=== Extracted material ===
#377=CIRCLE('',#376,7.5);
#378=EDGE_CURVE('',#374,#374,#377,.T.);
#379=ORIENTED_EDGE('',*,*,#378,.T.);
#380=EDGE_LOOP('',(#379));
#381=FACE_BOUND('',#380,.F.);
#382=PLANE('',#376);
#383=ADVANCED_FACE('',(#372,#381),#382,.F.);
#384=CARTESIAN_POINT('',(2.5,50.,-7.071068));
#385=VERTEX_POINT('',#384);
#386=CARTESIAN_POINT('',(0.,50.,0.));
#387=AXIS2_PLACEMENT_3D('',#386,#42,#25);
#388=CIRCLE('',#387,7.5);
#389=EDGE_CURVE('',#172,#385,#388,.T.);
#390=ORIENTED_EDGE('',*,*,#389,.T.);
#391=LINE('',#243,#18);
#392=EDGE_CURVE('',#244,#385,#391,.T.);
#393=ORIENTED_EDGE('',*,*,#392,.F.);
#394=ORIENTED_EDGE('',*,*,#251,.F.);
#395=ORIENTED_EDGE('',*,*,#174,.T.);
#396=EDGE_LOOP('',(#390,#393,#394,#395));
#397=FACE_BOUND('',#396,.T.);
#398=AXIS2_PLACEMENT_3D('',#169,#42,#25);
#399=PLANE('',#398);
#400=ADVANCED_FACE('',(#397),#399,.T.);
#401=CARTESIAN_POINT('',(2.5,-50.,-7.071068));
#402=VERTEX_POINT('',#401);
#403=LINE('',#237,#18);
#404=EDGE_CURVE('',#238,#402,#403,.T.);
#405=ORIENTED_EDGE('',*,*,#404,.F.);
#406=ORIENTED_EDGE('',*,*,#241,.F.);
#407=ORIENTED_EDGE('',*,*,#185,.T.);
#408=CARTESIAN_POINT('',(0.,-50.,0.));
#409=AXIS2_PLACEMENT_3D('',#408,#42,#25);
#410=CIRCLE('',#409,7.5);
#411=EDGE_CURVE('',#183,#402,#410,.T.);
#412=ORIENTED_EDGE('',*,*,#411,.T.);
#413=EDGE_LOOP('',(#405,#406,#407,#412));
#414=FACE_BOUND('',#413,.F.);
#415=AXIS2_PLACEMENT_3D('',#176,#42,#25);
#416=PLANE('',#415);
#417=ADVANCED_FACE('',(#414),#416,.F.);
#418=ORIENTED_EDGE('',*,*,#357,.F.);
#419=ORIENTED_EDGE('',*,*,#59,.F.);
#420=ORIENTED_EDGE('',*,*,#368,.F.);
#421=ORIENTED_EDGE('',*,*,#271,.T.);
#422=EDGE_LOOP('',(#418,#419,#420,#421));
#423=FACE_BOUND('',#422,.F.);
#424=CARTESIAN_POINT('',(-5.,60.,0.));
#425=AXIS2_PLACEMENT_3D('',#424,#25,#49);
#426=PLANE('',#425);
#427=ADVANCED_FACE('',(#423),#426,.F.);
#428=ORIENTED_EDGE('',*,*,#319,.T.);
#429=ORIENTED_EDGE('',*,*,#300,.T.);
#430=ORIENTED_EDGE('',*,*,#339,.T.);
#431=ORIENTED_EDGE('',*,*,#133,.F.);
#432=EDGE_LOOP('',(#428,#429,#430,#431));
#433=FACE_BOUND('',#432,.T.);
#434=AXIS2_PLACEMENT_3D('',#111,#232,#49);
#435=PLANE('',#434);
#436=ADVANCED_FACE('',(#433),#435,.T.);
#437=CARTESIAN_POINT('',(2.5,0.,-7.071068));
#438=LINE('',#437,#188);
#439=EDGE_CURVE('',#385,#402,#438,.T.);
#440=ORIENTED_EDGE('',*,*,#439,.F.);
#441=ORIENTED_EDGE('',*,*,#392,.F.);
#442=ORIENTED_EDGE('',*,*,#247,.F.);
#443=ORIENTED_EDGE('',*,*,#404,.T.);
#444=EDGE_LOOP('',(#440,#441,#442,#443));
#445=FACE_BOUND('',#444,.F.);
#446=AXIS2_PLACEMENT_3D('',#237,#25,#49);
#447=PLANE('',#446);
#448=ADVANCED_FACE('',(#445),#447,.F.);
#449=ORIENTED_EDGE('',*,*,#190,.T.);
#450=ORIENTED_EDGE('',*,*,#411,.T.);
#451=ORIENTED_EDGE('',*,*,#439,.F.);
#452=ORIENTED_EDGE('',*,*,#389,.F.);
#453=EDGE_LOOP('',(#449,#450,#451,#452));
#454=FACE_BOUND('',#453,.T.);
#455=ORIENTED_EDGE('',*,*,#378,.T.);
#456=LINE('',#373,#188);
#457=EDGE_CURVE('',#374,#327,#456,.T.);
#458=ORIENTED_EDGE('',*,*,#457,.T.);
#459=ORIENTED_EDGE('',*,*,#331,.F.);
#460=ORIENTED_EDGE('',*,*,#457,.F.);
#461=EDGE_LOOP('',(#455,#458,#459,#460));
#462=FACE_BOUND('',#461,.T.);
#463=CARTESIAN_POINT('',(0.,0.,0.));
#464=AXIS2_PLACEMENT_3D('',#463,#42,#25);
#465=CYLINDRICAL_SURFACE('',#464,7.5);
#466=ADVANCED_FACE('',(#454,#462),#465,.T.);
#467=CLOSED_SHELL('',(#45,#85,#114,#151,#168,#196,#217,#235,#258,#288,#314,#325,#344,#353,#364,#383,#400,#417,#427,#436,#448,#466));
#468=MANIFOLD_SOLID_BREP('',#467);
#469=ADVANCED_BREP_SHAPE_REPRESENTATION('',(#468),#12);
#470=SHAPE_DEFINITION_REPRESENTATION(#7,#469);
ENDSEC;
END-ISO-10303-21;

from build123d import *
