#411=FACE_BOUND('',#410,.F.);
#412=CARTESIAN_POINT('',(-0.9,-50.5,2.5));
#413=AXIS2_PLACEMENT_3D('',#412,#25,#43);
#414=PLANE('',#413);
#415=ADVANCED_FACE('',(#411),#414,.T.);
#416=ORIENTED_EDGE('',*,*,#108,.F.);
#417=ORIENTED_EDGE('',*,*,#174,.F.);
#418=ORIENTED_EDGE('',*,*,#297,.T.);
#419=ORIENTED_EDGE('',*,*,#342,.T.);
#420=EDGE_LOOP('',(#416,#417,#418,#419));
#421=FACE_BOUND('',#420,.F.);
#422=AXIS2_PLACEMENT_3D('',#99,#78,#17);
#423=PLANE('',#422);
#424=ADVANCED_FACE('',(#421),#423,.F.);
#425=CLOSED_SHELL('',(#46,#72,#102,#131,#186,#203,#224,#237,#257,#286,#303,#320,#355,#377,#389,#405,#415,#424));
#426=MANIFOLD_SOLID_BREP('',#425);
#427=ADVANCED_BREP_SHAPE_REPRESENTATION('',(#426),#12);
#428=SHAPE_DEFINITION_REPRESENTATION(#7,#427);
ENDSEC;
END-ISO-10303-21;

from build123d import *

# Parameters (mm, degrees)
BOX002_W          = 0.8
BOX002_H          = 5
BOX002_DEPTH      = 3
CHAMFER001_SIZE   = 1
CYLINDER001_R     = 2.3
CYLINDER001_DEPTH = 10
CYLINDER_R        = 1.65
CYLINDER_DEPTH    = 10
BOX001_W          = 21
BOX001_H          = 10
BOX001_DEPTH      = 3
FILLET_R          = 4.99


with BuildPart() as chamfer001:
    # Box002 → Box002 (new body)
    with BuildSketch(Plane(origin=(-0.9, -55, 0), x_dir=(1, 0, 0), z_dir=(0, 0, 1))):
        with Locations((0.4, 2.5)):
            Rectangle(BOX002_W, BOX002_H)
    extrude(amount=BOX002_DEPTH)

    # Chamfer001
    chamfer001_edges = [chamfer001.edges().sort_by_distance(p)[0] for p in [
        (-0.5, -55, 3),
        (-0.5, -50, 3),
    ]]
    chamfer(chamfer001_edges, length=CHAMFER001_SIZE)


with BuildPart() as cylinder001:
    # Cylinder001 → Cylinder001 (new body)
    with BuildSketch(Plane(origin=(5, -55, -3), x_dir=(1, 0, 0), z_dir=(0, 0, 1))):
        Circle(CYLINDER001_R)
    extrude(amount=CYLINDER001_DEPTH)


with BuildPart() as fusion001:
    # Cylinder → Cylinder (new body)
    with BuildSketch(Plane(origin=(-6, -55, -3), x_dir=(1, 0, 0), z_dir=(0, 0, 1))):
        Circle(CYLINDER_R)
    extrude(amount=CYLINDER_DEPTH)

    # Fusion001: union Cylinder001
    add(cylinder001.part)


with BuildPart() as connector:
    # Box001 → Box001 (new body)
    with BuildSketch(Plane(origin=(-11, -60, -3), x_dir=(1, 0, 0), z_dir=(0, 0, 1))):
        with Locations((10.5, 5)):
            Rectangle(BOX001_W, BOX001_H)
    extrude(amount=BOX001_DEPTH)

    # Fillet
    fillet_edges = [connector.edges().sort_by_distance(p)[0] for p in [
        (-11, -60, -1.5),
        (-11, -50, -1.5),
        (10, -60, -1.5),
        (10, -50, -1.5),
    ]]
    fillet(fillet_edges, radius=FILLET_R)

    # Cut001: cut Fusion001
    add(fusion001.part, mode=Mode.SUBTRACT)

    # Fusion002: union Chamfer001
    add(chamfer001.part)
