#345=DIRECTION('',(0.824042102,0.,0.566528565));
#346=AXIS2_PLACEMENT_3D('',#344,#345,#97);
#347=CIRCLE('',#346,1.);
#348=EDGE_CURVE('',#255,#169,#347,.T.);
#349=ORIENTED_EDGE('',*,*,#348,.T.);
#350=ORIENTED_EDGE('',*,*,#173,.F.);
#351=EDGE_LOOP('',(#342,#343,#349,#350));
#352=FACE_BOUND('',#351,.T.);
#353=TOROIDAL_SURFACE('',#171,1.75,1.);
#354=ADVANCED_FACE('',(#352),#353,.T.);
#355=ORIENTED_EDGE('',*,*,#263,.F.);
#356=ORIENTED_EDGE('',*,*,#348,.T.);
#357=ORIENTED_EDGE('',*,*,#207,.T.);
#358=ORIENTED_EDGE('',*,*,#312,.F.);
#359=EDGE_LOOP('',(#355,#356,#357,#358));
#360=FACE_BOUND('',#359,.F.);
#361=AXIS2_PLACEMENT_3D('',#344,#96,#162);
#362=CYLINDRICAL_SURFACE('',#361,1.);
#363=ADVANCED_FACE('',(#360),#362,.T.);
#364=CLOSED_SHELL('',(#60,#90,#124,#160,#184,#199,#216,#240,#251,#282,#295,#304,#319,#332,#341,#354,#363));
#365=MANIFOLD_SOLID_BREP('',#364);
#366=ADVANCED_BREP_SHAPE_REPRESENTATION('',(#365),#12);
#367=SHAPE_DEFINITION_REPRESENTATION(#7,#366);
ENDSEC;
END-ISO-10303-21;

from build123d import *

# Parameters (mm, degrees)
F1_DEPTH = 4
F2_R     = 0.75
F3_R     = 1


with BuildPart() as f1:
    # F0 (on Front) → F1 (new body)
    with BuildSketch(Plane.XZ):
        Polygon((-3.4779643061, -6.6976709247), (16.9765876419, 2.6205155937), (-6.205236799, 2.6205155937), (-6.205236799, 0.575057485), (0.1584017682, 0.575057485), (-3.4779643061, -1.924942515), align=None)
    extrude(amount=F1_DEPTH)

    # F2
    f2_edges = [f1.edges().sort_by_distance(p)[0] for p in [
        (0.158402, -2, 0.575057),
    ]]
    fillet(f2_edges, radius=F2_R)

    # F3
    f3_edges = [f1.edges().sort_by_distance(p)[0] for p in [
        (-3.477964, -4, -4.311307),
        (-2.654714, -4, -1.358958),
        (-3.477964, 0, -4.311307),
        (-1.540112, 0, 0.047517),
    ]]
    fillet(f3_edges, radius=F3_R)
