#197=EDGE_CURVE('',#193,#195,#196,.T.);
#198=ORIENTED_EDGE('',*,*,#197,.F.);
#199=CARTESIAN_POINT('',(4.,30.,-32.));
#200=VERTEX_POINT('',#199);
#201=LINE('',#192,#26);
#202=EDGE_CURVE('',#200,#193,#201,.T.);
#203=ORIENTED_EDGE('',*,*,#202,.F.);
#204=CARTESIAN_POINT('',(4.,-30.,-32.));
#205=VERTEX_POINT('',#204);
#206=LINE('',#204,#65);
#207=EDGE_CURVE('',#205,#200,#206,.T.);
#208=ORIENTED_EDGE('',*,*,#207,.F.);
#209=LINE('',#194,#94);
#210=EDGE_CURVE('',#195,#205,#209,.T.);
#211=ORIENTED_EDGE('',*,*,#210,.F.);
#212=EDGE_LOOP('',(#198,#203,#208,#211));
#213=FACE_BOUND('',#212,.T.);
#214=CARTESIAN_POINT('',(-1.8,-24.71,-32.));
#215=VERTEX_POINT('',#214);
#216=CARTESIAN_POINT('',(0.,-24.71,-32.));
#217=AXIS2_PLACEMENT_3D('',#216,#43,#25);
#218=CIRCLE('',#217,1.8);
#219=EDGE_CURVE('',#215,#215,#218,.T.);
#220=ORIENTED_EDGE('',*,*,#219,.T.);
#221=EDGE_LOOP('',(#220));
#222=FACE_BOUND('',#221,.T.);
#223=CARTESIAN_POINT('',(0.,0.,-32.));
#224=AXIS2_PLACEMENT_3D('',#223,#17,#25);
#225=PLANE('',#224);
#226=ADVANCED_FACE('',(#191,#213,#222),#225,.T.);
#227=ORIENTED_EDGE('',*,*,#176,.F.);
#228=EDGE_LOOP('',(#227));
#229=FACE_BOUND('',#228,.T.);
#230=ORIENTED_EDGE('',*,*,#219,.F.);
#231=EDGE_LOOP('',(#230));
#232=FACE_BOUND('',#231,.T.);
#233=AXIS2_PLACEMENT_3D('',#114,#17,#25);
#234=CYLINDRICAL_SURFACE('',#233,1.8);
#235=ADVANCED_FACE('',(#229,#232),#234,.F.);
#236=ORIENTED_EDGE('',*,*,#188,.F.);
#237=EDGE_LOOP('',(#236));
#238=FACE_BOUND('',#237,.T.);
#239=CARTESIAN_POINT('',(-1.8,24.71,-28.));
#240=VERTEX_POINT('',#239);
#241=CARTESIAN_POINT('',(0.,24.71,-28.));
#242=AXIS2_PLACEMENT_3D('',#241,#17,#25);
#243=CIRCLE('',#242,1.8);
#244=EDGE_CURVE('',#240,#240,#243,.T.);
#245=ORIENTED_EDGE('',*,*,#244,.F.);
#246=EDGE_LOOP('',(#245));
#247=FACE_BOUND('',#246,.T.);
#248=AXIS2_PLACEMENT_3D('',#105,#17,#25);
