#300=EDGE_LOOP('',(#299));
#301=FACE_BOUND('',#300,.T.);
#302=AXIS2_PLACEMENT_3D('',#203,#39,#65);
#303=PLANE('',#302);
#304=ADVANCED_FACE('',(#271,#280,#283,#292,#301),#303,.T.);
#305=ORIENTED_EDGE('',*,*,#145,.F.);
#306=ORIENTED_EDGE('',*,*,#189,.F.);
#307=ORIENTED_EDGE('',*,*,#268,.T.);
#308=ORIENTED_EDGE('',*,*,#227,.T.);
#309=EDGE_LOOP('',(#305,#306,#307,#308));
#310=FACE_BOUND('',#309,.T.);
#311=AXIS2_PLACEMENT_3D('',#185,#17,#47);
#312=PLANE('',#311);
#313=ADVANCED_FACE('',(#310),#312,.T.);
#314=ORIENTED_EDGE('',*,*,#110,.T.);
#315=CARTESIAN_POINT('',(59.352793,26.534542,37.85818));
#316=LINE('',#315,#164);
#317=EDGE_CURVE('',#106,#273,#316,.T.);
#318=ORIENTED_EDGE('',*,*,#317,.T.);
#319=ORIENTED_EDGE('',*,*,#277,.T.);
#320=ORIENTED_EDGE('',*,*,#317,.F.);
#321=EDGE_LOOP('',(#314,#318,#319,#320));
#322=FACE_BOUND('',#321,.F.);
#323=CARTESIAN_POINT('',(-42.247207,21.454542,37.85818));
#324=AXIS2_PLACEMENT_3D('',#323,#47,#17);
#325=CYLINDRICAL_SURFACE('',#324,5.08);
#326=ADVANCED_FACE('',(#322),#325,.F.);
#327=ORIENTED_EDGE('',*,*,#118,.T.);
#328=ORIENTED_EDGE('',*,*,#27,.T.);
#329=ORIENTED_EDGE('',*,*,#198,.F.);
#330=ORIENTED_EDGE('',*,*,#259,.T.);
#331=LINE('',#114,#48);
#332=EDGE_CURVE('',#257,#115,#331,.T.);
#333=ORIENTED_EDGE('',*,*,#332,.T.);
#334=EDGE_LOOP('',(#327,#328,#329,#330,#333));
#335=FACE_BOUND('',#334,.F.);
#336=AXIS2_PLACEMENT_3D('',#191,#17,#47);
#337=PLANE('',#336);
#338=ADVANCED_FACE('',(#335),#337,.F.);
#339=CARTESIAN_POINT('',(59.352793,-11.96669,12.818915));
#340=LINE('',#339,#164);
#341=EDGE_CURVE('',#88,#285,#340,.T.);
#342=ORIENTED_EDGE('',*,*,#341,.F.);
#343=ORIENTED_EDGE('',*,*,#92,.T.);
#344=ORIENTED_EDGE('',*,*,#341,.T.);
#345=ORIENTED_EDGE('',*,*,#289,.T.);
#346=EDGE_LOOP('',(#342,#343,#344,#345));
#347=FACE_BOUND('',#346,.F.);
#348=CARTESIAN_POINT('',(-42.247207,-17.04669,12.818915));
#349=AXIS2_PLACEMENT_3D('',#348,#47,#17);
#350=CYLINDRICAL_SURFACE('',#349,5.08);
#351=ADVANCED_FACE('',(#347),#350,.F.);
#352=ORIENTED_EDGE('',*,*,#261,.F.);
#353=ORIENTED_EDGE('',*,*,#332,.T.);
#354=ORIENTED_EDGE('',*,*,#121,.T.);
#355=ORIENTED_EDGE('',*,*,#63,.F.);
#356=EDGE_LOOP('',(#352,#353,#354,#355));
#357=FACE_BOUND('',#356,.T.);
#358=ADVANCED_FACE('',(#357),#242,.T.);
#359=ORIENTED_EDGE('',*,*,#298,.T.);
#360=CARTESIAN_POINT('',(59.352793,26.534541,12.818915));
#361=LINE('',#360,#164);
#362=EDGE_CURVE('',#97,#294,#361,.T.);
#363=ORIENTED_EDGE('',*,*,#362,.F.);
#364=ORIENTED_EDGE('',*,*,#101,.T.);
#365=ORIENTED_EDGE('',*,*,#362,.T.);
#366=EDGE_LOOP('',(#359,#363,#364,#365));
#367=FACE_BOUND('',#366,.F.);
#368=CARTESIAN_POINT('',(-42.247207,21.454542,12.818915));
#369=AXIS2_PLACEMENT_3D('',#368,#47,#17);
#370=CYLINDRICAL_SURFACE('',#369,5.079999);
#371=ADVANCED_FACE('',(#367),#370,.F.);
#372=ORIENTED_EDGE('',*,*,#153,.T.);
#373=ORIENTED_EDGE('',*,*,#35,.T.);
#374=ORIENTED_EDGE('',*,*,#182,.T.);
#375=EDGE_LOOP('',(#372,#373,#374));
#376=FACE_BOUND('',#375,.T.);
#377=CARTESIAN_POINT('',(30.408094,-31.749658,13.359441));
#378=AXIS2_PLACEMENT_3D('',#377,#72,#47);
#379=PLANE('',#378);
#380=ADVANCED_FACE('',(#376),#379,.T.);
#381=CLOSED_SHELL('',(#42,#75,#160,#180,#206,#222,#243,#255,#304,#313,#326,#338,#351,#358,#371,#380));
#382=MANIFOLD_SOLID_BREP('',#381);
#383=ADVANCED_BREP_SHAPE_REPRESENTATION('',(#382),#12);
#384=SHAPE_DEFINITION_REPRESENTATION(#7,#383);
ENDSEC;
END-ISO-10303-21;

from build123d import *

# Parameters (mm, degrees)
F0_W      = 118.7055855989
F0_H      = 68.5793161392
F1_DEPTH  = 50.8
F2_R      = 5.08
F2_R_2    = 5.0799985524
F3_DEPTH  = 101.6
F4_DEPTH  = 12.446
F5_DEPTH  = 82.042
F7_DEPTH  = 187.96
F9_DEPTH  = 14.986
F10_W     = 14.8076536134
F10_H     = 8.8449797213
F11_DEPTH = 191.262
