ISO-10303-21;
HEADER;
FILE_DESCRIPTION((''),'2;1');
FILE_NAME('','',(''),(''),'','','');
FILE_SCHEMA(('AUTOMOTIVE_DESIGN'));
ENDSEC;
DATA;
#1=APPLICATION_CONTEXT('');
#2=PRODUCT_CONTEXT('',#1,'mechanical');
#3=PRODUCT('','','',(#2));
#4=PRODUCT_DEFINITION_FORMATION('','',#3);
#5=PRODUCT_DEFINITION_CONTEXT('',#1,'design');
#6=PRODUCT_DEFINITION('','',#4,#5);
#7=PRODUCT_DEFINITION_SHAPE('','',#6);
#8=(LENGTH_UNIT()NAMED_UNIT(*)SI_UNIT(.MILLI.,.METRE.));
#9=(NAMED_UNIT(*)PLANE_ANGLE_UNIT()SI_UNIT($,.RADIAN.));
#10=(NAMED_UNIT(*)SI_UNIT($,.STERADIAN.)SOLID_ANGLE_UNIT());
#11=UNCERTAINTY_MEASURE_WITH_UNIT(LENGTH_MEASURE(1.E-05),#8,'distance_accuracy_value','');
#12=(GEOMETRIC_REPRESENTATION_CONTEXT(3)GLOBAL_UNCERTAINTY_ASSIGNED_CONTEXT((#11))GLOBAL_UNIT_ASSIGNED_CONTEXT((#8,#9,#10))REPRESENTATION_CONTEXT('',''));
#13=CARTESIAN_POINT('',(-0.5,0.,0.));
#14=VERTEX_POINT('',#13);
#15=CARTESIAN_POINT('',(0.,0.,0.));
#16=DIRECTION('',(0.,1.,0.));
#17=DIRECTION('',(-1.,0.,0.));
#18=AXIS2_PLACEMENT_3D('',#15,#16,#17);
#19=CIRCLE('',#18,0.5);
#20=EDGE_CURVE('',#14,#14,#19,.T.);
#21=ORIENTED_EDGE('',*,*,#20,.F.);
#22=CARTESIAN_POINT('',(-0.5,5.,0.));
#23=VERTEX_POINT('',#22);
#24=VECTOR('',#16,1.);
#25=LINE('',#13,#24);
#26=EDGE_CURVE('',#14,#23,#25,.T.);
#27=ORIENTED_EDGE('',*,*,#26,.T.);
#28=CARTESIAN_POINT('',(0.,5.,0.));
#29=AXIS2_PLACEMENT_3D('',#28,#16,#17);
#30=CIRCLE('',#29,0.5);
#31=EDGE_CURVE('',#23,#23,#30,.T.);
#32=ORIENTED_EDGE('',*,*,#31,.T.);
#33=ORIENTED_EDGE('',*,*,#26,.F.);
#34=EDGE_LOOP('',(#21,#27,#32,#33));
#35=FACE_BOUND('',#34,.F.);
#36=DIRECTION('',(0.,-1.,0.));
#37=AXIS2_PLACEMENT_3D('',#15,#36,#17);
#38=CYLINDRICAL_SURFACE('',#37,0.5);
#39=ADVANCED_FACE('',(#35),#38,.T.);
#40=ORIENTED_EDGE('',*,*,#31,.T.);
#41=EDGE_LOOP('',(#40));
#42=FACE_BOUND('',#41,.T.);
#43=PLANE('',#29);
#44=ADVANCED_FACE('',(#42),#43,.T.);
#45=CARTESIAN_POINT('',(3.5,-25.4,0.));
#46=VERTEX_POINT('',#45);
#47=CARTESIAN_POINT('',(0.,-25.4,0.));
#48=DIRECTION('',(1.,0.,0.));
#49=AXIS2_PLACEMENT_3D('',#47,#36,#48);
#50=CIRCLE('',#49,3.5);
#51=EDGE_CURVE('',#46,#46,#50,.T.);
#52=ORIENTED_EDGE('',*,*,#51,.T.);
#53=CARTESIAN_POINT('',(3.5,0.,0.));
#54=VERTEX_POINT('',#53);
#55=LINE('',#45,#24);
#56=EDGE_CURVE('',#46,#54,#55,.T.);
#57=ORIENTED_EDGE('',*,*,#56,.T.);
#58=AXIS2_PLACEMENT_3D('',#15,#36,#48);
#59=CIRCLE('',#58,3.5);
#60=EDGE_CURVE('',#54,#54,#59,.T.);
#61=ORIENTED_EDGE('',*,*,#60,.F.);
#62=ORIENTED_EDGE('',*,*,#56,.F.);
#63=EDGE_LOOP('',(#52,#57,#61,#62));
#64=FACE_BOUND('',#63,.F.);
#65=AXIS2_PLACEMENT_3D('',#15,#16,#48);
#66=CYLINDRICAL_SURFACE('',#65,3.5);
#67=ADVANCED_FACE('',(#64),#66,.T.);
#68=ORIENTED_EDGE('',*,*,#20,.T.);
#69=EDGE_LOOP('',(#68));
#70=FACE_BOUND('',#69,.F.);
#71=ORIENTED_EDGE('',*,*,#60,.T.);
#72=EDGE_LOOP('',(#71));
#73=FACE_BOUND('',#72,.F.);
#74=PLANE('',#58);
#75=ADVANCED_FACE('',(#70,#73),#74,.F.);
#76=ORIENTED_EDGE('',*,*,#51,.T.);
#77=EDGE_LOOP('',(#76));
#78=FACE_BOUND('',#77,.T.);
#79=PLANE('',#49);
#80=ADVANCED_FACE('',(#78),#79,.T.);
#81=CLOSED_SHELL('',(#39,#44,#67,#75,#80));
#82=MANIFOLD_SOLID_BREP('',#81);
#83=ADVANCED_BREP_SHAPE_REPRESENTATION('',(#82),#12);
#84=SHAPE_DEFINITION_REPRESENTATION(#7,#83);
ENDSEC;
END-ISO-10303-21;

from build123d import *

# Parameters (mm, degrees)
F1_R     = 3.5
F2_DEPTH = 15
F3_R     = 0.5
F4_DEPTH = 5
F0_R     = 3.5
F5_DEPTH = 25.4
F6_R     = 0.5
F7_DEPTH = 5


with BuildPart() as f2:
    # F1 (on face) → F2 (new body)
    with BuildSketch(Plane.XZ):
        Circle(F1_R)
    extrude(amount=F2_DEPTH)

    # F3 (on face) → F4 (join)
    with BuildSketch(Plane.XZ):
        Circle(F3_R)
    extrude(amount=F4_DEPTH)

    # F0 (on Front) → F5 (join)
    with BuildSketch(Plane.XZ):
        Circle(F0_R)
    extrude(amount=F5_DEPTH)

    # F6 (on face) → F7 (join)
    with BuildSketch(Plane(origin=(0, 0, 0), x_dir=(-1, 0, 0), z_dir=(0, 1, 0))):
        Circle(F6_R)
    extrude(amount=F7_DEPTH)


solid = f2.part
===
- [Work to be completed] What is needed is an exact copy of the entries above, from the first line through the line holding "#399=PLANE('',#398);", with both of those lines kept; please give nothing else.

- [Result for this exercise]
#377=CIRCLE('',#376,7.5);
#378=EDGE_CURVE('',#374,#374,#377,.T.);
#379=ORIENTED_EDGE('',*,*,#378,.T.);
#380=EDGE_LOOP('',(#379));
#381=FACE_BOUND('',#380,.F.);
#382=PLANE('',#376);
#383=ADVANCED_FACE('',(#372,#381),#382,.F.);
#384=CARTESIAN_POINT('',(2.5,50.,-7.071068));
#385=VERTEX_POINT('',#384);
#386=CARTESIAN_POINT('',(0.,50.,0.));
#387=AXIS2_PLACEMENT_3D('',#386,#42,#25);
#388=CIRCLE('',#387,7.5);
#389=EDGE_CURVE('',#172,#385,#388,.T.);
#390=ORIENTED_EDGE('',*,*,#389,.T.);
#391=LINE('',#243,#18);
#392=EDGE_CURVE('',#244,#385,#391,.T.);
#393=ORIENTED_EDGE('',*,*,#392,.F.);
#394=ORIENTED_EDGE('',*,*,#251,.F.);
#395=ORIENTED_EDGE('',*,*,#174,.T.);
#396=EDGE_LOOP('',(#390,#393,#394,#395));
#397=FACE_BOUND('',#396,.T.);
#398=AXIS2_PLACEMENT_3D('',#169,#42,#25);
#399=PLANE('',#398);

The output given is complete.